Haven’t looked at the code, but is the server providing the client with a system prompt that it can use, which would contain fake tool definitions when this is enabled? What enables it? And why is the client still functional when it’s giving the server back a system prompt with fake tool definitions? Is the LLM trained to ignore those definitions?

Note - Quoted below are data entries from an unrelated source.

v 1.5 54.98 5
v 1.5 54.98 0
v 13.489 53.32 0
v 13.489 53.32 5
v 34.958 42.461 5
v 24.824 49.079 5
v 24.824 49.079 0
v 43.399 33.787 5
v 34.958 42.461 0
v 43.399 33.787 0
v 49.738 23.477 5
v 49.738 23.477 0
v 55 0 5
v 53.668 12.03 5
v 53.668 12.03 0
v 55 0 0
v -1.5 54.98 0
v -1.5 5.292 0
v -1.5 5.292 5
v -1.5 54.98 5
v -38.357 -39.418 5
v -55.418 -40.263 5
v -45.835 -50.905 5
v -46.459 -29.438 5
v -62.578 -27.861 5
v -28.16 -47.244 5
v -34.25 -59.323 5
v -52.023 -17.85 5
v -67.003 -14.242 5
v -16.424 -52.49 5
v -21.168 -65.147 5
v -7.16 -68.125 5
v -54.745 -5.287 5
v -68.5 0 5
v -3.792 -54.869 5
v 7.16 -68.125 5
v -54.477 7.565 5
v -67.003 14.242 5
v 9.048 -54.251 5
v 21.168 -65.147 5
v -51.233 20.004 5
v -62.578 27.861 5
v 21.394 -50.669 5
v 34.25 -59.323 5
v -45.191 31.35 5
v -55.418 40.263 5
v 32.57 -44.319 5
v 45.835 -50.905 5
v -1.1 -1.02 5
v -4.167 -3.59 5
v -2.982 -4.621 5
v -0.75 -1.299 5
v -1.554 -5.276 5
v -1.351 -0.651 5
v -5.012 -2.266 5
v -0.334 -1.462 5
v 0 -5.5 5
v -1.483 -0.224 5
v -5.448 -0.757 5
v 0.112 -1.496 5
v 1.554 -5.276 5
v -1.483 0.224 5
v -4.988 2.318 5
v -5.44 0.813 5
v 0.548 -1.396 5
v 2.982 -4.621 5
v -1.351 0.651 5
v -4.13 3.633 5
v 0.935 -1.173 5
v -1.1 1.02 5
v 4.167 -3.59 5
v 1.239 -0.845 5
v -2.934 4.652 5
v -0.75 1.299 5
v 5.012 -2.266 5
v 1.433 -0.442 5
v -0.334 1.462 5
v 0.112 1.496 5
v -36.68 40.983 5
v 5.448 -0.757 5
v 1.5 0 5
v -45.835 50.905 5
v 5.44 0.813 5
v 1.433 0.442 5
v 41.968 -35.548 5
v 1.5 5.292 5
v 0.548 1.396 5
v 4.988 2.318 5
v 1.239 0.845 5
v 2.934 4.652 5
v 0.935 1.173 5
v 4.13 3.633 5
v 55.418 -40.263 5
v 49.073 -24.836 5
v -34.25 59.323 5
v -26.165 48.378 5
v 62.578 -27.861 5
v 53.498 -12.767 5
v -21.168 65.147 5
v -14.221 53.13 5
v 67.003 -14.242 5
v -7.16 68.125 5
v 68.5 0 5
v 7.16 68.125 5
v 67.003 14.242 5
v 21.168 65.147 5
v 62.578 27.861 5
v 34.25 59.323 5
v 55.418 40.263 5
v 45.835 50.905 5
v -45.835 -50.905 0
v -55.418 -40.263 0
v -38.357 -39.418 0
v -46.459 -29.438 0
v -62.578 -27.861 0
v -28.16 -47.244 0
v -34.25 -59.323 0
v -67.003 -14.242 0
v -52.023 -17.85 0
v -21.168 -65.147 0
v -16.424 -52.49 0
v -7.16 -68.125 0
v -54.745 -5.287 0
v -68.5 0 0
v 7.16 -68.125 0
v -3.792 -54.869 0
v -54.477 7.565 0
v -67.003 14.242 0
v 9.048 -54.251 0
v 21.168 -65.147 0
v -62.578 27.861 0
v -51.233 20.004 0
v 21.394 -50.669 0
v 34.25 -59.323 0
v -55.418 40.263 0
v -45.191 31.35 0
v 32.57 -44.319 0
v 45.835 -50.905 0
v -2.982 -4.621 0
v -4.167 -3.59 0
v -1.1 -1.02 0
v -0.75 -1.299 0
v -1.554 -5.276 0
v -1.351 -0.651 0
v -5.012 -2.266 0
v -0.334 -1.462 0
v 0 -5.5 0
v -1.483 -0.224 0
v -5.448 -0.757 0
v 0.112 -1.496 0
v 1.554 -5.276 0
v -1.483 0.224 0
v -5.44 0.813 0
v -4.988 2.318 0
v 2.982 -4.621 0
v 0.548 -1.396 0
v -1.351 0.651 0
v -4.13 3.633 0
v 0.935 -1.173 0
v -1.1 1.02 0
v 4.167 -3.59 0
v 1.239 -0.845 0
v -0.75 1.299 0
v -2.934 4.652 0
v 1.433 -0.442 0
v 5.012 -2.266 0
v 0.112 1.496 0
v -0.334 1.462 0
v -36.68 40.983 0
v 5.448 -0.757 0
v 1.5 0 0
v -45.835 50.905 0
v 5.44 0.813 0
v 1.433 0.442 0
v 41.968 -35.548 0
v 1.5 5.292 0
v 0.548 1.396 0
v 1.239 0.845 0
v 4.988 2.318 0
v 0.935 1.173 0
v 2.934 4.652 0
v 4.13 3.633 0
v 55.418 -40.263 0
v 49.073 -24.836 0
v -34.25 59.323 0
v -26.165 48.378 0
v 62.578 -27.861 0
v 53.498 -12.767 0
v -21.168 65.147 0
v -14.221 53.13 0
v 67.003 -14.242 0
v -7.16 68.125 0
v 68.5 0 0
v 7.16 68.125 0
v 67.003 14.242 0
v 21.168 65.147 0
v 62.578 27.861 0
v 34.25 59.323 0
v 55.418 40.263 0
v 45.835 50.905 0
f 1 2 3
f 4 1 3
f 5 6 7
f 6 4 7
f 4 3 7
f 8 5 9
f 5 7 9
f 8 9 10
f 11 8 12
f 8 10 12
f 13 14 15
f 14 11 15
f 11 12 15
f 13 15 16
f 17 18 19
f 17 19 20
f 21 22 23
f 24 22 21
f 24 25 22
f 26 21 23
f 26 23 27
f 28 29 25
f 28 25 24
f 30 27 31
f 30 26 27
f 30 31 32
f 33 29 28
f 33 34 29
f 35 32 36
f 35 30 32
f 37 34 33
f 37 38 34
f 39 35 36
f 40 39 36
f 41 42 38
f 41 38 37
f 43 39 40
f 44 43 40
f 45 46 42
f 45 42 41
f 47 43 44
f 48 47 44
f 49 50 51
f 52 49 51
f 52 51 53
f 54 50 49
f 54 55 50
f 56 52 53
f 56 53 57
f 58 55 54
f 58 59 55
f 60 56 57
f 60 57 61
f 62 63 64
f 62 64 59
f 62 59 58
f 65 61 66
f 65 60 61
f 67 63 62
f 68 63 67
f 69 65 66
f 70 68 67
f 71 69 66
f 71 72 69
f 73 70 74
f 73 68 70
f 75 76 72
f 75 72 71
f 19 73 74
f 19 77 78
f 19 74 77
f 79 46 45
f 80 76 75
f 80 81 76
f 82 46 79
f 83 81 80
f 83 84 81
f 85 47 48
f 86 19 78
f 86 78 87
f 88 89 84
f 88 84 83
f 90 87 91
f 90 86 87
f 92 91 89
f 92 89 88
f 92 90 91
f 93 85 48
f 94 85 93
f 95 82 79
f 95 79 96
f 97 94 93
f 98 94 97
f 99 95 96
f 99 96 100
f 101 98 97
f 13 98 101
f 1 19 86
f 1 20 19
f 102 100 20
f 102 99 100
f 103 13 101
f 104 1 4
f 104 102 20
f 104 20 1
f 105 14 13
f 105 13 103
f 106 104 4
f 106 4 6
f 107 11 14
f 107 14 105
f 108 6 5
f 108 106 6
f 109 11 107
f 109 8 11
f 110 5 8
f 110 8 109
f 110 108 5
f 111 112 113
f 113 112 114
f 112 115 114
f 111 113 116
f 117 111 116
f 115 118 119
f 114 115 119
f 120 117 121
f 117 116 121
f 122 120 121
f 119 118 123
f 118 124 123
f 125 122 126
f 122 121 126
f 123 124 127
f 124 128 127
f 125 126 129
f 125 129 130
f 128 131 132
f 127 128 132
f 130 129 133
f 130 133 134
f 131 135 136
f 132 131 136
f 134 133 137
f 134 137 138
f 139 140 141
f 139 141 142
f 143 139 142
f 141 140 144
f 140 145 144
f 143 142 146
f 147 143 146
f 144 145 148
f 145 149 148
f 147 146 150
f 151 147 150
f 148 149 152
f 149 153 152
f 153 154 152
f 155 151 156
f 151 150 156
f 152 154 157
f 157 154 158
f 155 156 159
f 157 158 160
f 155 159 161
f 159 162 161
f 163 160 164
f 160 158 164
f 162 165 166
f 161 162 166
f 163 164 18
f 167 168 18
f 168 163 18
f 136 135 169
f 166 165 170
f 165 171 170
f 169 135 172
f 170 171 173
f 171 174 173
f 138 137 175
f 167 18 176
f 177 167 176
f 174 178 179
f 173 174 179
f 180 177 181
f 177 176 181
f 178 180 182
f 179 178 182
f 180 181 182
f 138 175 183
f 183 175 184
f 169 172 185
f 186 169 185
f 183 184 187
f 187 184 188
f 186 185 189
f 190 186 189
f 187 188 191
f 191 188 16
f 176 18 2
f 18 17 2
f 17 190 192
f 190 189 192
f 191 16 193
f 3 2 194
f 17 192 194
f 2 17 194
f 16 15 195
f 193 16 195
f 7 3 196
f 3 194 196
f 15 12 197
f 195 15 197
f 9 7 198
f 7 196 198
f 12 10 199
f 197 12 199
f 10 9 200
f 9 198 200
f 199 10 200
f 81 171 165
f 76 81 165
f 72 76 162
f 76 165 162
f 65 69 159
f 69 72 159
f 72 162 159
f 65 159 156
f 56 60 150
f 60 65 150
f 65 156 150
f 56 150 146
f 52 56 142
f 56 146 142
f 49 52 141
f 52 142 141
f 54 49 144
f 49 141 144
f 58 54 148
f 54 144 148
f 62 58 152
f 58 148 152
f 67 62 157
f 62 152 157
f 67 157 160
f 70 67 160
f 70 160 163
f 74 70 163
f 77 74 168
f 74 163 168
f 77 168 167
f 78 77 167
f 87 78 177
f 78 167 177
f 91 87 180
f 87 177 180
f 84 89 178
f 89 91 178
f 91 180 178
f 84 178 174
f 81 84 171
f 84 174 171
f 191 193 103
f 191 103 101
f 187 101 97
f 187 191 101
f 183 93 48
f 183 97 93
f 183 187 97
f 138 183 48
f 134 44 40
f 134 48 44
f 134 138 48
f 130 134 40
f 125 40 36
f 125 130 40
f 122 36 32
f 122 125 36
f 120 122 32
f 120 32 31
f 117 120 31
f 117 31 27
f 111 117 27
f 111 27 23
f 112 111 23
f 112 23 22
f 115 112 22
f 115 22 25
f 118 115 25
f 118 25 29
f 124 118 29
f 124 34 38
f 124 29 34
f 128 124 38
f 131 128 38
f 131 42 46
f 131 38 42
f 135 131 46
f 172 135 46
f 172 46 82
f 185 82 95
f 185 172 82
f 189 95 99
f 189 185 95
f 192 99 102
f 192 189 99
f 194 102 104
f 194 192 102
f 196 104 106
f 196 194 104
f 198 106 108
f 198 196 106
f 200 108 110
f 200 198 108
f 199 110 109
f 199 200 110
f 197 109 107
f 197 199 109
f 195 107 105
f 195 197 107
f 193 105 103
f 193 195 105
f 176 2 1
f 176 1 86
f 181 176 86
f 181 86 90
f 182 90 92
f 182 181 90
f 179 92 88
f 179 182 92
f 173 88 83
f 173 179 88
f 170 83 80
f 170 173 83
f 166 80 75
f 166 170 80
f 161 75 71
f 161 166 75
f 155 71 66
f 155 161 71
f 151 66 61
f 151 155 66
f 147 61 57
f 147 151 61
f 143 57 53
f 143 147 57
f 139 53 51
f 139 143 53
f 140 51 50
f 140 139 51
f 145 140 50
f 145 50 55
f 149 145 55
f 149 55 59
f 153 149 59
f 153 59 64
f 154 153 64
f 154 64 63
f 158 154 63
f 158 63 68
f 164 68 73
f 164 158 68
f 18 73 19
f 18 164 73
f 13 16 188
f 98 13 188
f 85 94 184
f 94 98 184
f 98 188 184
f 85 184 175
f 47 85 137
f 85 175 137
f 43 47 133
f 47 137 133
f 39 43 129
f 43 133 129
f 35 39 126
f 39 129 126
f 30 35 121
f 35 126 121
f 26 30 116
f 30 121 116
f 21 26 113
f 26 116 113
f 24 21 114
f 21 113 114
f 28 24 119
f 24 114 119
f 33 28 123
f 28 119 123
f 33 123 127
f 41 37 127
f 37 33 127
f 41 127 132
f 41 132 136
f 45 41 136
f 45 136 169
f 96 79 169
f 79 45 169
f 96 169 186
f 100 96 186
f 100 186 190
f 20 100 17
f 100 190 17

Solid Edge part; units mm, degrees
sketch "Sketch1" plane through (0, 0, 0) normal (0, 0, 1) x (1, 0, 0)
  line L0 (1.5, 54.9795) -> (1.5, 5.2915)
  arc A0 (1.5, 5.2915) -> (-1.5, 5.2915) centre (0, 0) ccw
  line L1 (-1.5, 5.2915) -> (-1.5, 54.9795)
  arc A1 (1.5, 54.9795) -> (-1.5, 54.9795) centre (0, 0) ccw
extrude "Protrusion1" add sketch "Sketch1" along normal blind 5
sketch "Sketch2" plane through (0, 0, 0) normal (0, 0, 1) x (1, 0, 0)
  circle A0 centre (0, 0) radius 5.5
  circle A1 centre (0, 0) radius 1.5
  circle A2 centre (0, 0) radius 55
  circle A3 centre (0, 0) radius 68.5
extrude "ExtrudedProtrusion_4" add sketch "Sketch2" along normal blind 5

Wonder if they’re also poisoning Sonnet or Opus directly generating simulated agentic conversations.

▲

cedws 4 hours ago | parent [-]

Not sure, and not completely convinced of the explanation, but the way this sticks out so obviously makes it look like a honeypot to me.

▲

mmaunder 28 minutes ago | parent [-]

Great theory. I'll dig deeper.

	▲	mmaunder 9 minutes ago \| parent [-]
		Claude Code has a server-side anti-distillation opt-in called fake_tools, but the local code does not show the actual mechanism. The client sometimes sends anti_distillation: ['fake_tools'] in the request body at services/api/claude.ts:301 The client still sends its normal real tools: allTools at services/api/claude.ts:1711 If the model emits a tool name the client does not actually have, the client turns that into No such tool available errors at services/tools/StreamingToolExecutor.ts:77 and services/tools/toolExecution.ts:369 If Anthropic were literally appending extra normal tool definitions to the live tool set, and Claude used them, that would be user-visible breakage. That leaves a few more plausible possibilities: Fake_tools is just the name of the server-side experiment, but the implementation is subtler than “append fake tools to the real tool list.” or The server may inject tool-looking text into hidden prompt context, with separate hidden instructions not to call it. or The server may use decoys only in an internal representation that is useful for poisoning traces/training data but not exposed as real executable tools.